▸ **Exercise materials**

━━━━━━━━━━━━━━━━━━━━━━━━━━━━━━

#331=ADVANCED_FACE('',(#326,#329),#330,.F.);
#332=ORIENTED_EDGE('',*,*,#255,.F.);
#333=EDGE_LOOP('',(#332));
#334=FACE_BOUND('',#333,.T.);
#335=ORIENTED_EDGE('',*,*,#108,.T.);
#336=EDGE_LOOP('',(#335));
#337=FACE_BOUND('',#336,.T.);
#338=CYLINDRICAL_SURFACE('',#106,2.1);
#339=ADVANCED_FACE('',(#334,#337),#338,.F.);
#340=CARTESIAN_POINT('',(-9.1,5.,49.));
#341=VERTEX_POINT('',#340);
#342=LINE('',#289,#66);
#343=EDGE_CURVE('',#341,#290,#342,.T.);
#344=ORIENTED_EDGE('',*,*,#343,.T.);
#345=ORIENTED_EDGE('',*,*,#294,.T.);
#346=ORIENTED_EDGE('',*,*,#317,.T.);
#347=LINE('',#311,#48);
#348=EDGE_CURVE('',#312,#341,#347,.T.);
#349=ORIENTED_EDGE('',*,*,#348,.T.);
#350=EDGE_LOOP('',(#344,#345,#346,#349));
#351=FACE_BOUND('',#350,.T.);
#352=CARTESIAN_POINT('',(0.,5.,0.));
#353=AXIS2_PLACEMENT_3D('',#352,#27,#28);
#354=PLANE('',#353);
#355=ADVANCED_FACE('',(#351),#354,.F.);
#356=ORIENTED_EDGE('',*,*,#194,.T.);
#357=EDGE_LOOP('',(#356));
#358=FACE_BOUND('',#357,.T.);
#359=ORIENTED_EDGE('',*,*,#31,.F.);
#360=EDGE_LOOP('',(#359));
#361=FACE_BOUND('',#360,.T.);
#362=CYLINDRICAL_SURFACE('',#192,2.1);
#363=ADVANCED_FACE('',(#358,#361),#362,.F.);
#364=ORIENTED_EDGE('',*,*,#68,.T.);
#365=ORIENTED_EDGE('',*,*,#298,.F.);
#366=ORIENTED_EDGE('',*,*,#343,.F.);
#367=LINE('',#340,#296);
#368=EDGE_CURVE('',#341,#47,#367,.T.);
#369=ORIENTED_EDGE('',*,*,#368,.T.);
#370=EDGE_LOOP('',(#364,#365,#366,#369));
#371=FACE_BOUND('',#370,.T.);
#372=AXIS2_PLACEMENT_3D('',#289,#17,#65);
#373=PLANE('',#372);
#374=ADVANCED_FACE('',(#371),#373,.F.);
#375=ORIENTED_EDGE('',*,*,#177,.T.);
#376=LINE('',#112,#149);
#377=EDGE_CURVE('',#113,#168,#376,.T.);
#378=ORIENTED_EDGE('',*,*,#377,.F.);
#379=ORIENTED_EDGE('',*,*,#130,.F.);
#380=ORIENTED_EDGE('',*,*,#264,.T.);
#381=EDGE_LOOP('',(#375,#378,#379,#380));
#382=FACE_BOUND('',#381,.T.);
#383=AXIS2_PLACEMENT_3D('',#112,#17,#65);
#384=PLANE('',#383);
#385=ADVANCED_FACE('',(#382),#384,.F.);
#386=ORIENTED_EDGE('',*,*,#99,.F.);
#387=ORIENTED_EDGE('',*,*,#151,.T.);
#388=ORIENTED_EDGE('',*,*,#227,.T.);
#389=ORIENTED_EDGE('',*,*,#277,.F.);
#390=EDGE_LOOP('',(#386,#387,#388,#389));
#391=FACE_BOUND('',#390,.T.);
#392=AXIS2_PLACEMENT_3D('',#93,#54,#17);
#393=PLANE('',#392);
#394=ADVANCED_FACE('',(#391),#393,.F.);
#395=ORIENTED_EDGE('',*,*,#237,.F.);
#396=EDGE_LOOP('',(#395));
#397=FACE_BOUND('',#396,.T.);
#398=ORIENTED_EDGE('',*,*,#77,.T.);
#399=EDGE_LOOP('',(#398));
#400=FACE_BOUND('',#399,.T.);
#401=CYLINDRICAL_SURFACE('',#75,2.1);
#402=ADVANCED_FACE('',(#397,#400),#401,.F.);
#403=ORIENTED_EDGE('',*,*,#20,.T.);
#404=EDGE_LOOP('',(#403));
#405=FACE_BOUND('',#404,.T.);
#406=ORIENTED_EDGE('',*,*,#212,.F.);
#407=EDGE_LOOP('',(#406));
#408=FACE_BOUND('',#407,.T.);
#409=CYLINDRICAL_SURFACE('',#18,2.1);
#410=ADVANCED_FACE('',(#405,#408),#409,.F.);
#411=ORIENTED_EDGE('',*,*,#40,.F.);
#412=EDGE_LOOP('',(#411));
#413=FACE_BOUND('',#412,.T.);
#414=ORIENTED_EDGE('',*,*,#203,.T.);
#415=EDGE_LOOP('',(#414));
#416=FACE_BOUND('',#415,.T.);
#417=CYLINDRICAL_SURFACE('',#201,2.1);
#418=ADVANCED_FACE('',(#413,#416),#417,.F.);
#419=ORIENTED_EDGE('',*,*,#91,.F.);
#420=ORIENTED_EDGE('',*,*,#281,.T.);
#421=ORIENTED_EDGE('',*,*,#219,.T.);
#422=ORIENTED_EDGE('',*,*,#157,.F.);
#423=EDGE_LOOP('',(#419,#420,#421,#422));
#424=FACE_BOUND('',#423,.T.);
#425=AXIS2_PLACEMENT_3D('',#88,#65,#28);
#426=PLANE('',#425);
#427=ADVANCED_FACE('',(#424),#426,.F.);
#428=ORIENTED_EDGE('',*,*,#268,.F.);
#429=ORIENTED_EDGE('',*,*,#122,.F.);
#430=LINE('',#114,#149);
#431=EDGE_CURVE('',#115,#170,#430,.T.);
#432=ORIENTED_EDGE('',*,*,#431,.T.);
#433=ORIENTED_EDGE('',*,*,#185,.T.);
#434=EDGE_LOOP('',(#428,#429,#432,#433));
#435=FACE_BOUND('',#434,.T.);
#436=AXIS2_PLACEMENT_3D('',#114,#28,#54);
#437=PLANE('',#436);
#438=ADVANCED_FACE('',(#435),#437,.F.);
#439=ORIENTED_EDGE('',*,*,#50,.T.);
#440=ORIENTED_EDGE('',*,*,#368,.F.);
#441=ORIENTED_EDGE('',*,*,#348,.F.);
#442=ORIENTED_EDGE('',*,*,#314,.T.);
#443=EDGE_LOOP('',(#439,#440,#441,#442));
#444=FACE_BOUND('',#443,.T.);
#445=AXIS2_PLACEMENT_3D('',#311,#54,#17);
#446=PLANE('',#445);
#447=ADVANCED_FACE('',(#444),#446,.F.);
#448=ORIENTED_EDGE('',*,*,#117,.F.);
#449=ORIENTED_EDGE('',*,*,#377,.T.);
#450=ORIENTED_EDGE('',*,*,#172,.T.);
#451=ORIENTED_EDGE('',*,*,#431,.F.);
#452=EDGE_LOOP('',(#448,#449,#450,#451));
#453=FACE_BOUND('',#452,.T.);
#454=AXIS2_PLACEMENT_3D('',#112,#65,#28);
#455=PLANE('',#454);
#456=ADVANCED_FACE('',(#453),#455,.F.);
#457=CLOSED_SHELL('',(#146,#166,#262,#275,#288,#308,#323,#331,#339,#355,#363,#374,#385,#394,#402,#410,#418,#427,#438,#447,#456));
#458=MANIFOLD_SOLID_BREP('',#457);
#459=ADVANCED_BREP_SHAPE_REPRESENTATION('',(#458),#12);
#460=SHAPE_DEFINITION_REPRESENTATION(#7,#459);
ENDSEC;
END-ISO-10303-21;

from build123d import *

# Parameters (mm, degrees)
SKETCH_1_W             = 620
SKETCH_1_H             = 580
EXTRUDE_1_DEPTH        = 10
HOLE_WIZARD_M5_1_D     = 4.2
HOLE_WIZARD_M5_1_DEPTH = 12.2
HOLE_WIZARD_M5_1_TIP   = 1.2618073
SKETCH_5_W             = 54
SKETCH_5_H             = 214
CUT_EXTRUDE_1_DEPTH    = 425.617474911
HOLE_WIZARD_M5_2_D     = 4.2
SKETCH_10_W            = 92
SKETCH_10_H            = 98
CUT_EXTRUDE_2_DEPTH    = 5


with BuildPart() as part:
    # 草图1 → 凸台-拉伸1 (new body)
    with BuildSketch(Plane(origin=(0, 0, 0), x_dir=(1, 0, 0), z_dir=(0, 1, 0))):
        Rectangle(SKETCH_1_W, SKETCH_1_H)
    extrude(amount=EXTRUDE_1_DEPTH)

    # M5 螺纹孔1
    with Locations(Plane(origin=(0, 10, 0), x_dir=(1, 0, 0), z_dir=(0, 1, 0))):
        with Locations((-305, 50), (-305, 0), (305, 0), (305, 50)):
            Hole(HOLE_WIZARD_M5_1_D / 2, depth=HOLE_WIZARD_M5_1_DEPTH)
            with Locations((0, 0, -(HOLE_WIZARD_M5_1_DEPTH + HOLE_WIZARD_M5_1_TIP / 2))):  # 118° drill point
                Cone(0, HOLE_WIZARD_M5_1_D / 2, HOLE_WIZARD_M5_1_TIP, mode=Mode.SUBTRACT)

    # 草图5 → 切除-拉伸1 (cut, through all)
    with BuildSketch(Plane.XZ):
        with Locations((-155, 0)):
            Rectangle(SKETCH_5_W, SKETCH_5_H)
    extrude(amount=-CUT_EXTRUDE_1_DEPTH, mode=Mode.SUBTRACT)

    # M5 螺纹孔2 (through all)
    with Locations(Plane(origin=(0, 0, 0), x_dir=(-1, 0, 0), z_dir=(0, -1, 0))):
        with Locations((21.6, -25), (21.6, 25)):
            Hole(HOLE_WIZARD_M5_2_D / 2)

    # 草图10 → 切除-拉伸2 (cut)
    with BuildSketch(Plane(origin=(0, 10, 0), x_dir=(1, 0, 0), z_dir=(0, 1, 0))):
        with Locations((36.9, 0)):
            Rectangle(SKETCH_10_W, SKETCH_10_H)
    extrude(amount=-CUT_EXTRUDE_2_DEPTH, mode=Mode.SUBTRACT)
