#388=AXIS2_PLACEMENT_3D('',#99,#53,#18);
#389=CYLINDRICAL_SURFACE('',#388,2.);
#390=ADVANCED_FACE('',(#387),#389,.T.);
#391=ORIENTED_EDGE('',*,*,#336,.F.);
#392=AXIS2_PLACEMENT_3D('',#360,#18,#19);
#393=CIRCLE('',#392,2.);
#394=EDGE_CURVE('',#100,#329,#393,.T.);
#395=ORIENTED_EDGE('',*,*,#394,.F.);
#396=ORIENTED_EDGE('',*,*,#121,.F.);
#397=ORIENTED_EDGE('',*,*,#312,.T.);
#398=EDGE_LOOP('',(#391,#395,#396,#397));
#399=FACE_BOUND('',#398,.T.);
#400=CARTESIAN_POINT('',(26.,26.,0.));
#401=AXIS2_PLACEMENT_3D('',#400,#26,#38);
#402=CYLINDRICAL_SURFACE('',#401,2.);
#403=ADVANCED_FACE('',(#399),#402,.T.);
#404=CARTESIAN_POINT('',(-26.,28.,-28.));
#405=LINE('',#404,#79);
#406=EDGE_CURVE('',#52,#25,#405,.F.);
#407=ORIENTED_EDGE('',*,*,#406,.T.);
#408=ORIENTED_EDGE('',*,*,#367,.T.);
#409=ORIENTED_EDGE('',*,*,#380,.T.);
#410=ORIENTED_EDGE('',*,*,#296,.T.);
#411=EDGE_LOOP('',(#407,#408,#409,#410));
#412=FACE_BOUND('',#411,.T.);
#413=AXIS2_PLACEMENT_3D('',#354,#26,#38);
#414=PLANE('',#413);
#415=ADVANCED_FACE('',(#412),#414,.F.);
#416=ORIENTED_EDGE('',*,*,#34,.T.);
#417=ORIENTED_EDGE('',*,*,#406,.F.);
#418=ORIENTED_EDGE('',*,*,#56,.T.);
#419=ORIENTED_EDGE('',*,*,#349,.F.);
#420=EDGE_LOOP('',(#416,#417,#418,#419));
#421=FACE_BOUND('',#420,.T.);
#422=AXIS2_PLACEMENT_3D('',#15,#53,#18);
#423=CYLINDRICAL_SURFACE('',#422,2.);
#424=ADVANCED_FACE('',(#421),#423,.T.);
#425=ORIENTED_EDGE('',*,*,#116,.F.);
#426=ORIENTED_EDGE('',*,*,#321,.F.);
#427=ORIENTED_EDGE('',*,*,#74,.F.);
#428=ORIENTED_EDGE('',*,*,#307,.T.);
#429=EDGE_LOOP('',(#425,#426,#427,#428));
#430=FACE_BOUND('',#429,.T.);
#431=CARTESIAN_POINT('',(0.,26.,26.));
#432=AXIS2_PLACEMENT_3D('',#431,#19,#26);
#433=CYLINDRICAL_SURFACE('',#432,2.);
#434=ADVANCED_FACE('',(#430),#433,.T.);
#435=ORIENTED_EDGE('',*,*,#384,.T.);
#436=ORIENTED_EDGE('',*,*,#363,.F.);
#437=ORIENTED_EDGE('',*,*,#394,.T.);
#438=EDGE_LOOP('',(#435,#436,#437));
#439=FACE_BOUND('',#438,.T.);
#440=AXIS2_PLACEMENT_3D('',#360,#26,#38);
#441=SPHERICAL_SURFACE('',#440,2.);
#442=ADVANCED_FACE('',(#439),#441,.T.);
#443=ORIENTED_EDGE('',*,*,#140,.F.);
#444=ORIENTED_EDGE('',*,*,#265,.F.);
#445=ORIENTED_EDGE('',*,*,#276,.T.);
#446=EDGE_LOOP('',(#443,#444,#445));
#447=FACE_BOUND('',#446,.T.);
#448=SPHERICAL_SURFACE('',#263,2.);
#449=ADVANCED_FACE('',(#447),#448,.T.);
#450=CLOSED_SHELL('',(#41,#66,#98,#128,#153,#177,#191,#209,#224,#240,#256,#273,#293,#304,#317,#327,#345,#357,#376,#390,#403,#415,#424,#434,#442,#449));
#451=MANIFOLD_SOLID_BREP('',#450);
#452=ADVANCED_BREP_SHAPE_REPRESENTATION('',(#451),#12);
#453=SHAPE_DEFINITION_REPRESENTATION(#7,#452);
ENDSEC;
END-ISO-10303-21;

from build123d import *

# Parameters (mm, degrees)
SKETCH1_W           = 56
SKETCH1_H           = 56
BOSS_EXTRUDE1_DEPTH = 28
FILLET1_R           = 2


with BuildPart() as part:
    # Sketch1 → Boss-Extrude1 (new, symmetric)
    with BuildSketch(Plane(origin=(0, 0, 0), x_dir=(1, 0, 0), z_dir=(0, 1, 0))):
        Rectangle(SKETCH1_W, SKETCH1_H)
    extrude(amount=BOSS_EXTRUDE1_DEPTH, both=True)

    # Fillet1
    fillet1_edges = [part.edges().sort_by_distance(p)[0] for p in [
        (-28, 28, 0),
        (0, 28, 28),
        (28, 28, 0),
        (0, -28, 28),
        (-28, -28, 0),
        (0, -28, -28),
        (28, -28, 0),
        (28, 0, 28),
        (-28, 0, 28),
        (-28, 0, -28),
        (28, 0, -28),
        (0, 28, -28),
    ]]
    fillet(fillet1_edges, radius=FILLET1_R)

━━━━━━━━━━━━━━━━━━━━━━━━━━━━━━

▸ **Task directions**
Show each line in the data where the string "Rectangle" appears.

▸ **Exercise response**
        Rectangle(SKETCH_1_W, SKETCH_1_H)
            Rectangle(SKETCH_5_W, SKETCH_5_H)
            Rectangle(SKETCH_10_W, SKETCH_10_H)
        Rectangle(SKETCH1_W, SKETCH1_H)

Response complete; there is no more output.